AUTSCH, warum wollen alle Webdesigner sein, aber haben keine Ahnung von der Materie?

Warum kann man nicht erstmal was einfaches anfangen, Tuitorials durcharbeiten, Nutzung voj " F 1 " und Handbuch und evtl auch: 





Dann dürfte es auch mit der Webseite in Photoshop klappen, aber vorher sollte man das Programm schon etwas bedienen können!

Also, erstmal Buttons, Collagen, Freistellungsarbeiten, etc. - einfach Sachen um das Prog zu lernen..


----------



## shiver (21. April 2002)

agree^^

und bitte streitet euch doch wo anders über eure derb-geilen-1337-krass0rs-englisch-kenntnisse...

danke.


----------



## Gianduja (21. April 2002)

/offtopic

@ s0nic

das tut, welches ich angegeben habe, ist für mich kein prob.
es war lediglich ein weiteres beispiel, um eine hp in ps zu erstellen.
desweiteren sollte man die smilies in meinem posting beachten, dann bekommt man auch nicht alles in den falschen hals!
nix für ungut.


----------



## s0nic (22. April 2002)

war auch nicht an dich gerichtet Gianduja..


----------



## Gianduja (22. April 2002)

@ s0nic

ok, thema beendet


----------



## subzero (22. April 2002)

joa..LOL...webcut director.....meine rede...ich hatte mich nich getraut das zu bringen...nachehr komtm noch offtipoc...äääh...heul irgentwas.....jo....

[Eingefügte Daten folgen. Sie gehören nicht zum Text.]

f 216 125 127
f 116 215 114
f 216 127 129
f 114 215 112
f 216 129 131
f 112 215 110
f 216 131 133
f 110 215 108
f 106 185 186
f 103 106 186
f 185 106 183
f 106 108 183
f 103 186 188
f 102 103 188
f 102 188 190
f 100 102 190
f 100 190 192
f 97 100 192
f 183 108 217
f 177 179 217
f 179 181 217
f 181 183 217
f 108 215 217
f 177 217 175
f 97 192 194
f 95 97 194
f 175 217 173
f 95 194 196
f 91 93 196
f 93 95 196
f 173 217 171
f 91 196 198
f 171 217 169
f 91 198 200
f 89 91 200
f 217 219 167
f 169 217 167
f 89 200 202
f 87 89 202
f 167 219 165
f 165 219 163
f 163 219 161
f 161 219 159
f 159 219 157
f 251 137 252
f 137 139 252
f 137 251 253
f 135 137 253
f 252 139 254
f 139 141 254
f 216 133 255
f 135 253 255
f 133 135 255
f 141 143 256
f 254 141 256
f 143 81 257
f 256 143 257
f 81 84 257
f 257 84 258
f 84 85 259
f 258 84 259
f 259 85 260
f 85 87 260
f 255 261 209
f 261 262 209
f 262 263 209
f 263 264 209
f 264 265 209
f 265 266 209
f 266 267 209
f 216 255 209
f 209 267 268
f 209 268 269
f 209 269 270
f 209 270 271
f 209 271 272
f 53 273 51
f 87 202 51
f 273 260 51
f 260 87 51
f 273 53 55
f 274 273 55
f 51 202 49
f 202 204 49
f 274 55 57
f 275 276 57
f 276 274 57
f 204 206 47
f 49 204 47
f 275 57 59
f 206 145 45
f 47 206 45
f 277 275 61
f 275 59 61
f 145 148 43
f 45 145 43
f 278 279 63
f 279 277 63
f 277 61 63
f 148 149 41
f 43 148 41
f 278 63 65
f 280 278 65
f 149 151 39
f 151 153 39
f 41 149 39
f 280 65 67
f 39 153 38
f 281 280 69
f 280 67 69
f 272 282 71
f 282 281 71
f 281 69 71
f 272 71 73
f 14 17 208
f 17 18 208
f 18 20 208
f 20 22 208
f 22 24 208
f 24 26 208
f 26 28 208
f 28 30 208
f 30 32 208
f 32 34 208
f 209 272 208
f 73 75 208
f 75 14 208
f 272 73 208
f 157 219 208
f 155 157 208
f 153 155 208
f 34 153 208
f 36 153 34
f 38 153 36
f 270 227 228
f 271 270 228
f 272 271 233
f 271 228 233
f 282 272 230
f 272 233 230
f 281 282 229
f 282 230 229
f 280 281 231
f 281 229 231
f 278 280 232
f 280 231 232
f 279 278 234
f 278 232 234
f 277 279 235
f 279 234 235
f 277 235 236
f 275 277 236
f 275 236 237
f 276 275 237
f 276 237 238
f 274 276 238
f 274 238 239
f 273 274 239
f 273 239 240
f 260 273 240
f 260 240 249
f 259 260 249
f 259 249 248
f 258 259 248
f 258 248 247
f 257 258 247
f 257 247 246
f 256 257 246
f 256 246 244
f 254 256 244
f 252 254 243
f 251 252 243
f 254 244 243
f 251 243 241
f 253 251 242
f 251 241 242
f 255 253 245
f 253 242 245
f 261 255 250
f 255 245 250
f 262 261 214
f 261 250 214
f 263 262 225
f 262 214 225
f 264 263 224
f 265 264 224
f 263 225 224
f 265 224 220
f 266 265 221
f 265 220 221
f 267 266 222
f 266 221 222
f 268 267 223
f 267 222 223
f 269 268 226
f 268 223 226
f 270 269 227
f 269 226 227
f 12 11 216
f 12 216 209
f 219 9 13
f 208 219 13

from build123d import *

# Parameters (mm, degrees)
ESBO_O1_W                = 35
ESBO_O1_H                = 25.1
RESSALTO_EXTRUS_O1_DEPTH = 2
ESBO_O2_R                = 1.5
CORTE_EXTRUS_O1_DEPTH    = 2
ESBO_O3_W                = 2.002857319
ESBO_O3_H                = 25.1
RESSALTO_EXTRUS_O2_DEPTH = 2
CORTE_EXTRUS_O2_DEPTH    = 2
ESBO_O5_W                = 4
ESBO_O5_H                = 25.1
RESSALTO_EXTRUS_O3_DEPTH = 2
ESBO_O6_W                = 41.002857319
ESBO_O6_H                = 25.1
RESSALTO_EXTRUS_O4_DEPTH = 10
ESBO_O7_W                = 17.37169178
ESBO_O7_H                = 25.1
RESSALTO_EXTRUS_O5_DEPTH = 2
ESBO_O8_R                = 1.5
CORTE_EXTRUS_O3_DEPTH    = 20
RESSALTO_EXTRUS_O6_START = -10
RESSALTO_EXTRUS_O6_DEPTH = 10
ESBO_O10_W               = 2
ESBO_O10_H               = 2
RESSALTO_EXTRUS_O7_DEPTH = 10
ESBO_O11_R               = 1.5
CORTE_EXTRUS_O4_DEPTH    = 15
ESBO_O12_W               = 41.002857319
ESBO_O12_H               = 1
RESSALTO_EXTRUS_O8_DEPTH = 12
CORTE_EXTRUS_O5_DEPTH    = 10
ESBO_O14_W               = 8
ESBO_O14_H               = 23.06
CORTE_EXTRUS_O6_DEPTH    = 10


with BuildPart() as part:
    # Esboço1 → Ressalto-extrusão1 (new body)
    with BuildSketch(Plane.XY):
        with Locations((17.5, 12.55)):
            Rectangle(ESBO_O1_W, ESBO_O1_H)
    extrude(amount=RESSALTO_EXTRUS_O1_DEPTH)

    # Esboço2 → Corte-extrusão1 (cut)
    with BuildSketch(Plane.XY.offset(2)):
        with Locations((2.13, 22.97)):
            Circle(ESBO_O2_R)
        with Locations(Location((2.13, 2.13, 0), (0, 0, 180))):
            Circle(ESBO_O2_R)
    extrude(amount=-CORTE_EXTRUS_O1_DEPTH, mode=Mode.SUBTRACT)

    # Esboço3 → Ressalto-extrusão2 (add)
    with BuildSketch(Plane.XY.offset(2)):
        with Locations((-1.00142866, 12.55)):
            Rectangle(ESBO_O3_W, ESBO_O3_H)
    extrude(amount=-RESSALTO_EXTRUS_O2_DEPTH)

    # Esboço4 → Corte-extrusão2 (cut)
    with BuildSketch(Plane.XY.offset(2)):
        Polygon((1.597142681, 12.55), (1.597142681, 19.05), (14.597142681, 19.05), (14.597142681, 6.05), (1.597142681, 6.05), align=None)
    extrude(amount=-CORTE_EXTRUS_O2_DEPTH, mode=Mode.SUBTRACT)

es gibt ...z.b....seiten die schon komplette homepages (<- html dokumente) übersetzen können... 
tolle sache was... 

andere sache is.... seiht doch mal ein bische experemetier freudig..probiert ma bissel was mit photoshop rum und so.....
wie will man was lernen...wenn man nach tutrorials geht...und selber nie was ausprobiert hat..und gar nich weiß was man in so tut's macht...suckt doch voll oda....?!?!!?

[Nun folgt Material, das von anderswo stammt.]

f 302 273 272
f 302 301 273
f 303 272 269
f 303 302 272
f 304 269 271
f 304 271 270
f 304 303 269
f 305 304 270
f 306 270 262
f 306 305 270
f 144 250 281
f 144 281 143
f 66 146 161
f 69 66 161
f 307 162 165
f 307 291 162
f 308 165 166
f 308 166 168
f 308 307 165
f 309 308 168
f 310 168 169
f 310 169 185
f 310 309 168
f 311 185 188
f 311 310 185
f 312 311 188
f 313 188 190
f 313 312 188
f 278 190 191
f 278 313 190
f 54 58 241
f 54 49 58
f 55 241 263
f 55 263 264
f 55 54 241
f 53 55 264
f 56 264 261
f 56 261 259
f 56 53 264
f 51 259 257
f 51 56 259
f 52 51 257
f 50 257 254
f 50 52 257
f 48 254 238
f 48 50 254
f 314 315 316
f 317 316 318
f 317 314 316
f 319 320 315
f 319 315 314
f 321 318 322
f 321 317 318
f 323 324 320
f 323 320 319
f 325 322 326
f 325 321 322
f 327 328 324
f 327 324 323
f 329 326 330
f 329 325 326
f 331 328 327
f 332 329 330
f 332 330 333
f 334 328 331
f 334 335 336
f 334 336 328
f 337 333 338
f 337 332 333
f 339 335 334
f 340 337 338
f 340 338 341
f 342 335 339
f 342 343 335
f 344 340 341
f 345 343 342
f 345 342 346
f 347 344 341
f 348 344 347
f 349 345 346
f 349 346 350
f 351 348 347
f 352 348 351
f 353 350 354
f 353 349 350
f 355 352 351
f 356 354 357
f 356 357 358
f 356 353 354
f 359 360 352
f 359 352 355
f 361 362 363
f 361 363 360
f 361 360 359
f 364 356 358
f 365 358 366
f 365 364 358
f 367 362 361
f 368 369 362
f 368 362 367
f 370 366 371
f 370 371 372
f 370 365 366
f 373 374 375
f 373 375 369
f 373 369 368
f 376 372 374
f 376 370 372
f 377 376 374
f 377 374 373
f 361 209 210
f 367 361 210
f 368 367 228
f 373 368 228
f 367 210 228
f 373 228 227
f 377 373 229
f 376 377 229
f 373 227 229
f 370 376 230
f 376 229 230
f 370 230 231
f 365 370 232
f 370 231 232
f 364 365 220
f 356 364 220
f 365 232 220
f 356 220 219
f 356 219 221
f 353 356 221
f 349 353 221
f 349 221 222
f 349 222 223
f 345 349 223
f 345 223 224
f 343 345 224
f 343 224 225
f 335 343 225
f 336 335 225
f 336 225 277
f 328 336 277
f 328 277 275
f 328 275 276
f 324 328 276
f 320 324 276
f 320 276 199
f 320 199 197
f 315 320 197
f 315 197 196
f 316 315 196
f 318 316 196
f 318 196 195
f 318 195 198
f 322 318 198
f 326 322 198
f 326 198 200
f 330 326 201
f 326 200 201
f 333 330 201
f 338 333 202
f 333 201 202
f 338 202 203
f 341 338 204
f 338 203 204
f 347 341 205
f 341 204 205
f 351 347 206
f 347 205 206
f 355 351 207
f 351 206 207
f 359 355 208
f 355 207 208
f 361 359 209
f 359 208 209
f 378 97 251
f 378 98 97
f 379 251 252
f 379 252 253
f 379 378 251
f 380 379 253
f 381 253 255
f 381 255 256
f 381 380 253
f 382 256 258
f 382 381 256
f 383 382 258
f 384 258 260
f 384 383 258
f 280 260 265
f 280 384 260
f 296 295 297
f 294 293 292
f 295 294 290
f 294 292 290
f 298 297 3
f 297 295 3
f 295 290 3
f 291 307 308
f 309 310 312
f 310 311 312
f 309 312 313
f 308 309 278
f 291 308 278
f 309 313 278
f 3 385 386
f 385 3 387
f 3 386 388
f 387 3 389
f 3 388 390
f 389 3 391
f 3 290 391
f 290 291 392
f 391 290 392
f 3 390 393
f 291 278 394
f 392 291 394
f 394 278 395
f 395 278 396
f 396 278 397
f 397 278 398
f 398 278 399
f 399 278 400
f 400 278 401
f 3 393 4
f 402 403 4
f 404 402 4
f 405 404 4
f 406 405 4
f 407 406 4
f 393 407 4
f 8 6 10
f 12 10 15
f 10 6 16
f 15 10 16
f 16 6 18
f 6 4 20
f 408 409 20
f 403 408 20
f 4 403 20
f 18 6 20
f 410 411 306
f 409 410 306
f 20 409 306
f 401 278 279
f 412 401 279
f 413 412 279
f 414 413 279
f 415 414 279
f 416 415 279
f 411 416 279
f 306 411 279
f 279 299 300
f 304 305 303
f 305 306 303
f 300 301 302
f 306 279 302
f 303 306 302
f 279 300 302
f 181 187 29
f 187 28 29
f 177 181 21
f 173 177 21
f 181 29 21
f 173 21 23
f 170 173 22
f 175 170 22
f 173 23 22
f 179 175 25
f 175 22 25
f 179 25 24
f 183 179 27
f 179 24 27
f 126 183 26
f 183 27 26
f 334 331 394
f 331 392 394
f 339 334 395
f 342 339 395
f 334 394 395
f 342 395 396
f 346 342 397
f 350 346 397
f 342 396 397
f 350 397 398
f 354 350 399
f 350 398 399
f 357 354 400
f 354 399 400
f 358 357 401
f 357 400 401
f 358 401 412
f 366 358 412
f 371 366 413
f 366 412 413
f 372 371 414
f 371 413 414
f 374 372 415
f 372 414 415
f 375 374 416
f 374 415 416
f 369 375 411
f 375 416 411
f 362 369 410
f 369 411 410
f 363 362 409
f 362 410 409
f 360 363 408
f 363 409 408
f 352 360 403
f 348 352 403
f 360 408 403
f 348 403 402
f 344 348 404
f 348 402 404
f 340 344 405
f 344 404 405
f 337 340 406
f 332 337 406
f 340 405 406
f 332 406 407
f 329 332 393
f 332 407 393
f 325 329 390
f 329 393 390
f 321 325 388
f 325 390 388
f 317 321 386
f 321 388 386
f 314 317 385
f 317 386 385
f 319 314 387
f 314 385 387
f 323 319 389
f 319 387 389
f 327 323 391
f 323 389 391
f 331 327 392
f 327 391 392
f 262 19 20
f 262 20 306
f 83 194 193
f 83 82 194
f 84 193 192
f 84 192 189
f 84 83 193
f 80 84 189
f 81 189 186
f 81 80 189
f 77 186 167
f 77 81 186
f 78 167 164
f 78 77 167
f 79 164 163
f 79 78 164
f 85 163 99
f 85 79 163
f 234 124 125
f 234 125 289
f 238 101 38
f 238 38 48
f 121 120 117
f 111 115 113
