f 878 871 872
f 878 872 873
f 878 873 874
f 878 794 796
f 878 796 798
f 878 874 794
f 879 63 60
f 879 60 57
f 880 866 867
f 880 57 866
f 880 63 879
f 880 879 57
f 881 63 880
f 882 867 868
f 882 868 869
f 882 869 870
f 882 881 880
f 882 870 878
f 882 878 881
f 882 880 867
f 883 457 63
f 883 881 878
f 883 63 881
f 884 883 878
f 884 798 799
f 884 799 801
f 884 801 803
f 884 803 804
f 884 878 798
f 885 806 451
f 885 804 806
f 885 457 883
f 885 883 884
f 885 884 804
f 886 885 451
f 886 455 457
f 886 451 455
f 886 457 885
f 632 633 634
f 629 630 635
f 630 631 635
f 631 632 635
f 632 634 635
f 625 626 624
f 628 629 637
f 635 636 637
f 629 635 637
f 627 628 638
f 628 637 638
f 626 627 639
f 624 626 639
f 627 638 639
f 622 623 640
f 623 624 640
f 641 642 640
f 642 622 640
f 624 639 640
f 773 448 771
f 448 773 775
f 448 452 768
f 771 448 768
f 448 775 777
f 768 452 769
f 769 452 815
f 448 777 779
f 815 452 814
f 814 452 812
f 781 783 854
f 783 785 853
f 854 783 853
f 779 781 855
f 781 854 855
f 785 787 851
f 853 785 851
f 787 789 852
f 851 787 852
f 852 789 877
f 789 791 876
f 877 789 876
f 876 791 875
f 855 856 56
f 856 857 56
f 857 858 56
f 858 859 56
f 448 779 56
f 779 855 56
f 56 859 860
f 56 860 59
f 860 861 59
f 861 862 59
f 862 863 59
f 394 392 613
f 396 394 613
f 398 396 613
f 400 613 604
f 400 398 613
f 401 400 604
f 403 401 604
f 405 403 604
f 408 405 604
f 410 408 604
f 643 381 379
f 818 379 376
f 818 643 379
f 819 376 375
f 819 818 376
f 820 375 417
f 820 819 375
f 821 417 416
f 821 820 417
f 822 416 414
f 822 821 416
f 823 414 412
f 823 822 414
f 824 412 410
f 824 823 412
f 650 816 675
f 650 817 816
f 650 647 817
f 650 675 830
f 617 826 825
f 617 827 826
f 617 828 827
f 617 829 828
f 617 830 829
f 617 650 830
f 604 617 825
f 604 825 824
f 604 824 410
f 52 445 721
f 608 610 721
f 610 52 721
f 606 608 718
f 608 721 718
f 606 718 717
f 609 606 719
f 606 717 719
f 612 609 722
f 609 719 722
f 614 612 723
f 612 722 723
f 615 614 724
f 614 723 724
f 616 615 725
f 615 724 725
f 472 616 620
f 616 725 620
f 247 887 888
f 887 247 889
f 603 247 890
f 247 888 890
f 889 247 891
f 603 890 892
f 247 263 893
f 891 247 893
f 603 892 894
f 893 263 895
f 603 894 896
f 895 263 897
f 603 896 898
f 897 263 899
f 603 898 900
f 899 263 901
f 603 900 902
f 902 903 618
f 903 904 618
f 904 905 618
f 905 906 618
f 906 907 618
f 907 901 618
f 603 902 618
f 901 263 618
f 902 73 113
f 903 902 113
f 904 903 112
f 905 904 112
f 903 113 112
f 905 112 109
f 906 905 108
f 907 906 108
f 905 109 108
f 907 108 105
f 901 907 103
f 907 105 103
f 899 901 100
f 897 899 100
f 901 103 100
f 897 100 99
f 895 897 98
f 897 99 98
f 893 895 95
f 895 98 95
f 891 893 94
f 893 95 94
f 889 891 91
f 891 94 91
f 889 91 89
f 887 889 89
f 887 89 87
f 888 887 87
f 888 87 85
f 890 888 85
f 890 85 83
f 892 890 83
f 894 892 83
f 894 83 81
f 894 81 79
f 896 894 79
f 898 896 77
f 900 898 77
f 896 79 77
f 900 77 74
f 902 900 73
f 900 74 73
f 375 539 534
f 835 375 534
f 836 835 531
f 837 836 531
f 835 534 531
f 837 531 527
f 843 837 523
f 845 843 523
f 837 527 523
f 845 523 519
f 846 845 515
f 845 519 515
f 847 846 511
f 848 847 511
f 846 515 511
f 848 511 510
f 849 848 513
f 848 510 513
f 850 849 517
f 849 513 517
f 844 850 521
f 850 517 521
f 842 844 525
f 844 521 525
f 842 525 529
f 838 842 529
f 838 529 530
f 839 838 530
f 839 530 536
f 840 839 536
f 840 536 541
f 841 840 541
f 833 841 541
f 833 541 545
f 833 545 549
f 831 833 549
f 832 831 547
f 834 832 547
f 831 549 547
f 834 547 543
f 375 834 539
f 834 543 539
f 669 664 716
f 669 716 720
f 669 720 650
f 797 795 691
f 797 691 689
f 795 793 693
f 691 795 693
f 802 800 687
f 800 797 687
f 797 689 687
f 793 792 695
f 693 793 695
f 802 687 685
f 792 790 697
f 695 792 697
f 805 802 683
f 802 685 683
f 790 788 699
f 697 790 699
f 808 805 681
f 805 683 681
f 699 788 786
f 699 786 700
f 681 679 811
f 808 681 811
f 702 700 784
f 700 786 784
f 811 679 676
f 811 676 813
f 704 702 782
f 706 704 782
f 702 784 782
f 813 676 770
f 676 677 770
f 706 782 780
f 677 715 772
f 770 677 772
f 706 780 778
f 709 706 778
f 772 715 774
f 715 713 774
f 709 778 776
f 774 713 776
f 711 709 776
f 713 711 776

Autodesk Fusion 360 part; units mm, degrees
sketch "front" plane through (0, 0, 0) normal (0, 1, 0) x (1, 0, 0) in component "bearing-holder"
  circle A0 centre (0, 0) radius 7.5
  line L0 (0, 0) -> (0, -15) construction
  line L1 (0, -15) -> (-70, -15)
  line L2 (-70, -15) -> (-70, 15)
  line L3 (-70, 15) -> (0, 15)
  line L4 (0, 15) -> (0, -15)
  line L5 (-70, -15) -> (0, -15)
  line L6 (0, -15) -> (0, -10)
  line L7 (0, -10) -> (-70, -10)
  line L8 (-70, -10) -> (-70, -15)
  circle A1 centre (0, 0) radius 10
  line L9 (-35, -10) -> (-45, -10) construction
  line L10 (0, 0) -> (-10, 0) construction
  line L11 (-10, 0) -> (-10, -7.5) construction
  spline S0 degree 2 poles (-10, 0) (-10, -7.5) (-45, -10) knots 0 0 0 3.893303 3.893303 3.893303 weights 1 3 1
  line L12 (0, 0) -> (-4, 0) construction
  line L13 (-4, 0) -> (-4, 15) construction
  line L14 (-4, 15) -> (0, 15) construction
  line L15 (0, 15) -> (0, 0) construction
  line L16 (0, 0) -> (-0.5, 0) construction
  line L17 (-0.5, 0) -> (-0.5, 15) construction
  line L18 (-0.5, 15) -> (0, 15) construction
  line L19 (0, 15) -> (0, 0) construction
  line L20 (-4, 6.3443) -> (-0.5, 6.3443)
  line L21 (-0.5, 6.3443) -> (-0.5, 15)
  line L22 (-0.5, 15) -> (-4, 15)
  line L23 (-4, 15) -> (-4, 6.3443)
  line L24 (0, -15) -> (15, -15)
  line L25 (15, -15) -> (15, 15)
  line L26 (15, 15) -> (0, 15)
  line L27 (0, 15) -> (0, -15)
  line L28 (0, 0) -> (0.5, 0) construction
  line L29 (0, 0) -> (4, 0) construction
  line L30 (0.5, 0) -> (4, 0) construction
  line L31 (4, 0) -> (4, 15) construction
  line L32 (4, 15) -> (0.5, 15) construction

aber....bin auch nur kleiner manson jünger...und hab eh nix zu melden... 

cYA

@ shiva...was meinste mit 1337???...ich fande deine vorherige signatur schöner  nur wie gesacht die zahlen hab ich nich gepeilt...


----------



## Scalé (23. April 2002)

@subzero:

wegen 1337.
schau dir mal das an:
http://www.heise.de/ct/00/11/003/default.shtml


----------



## subzero (23. April 2002)

hehe...jo...nur ..naja..bin nich drauf gekommen..das das was heißen könnt..


----------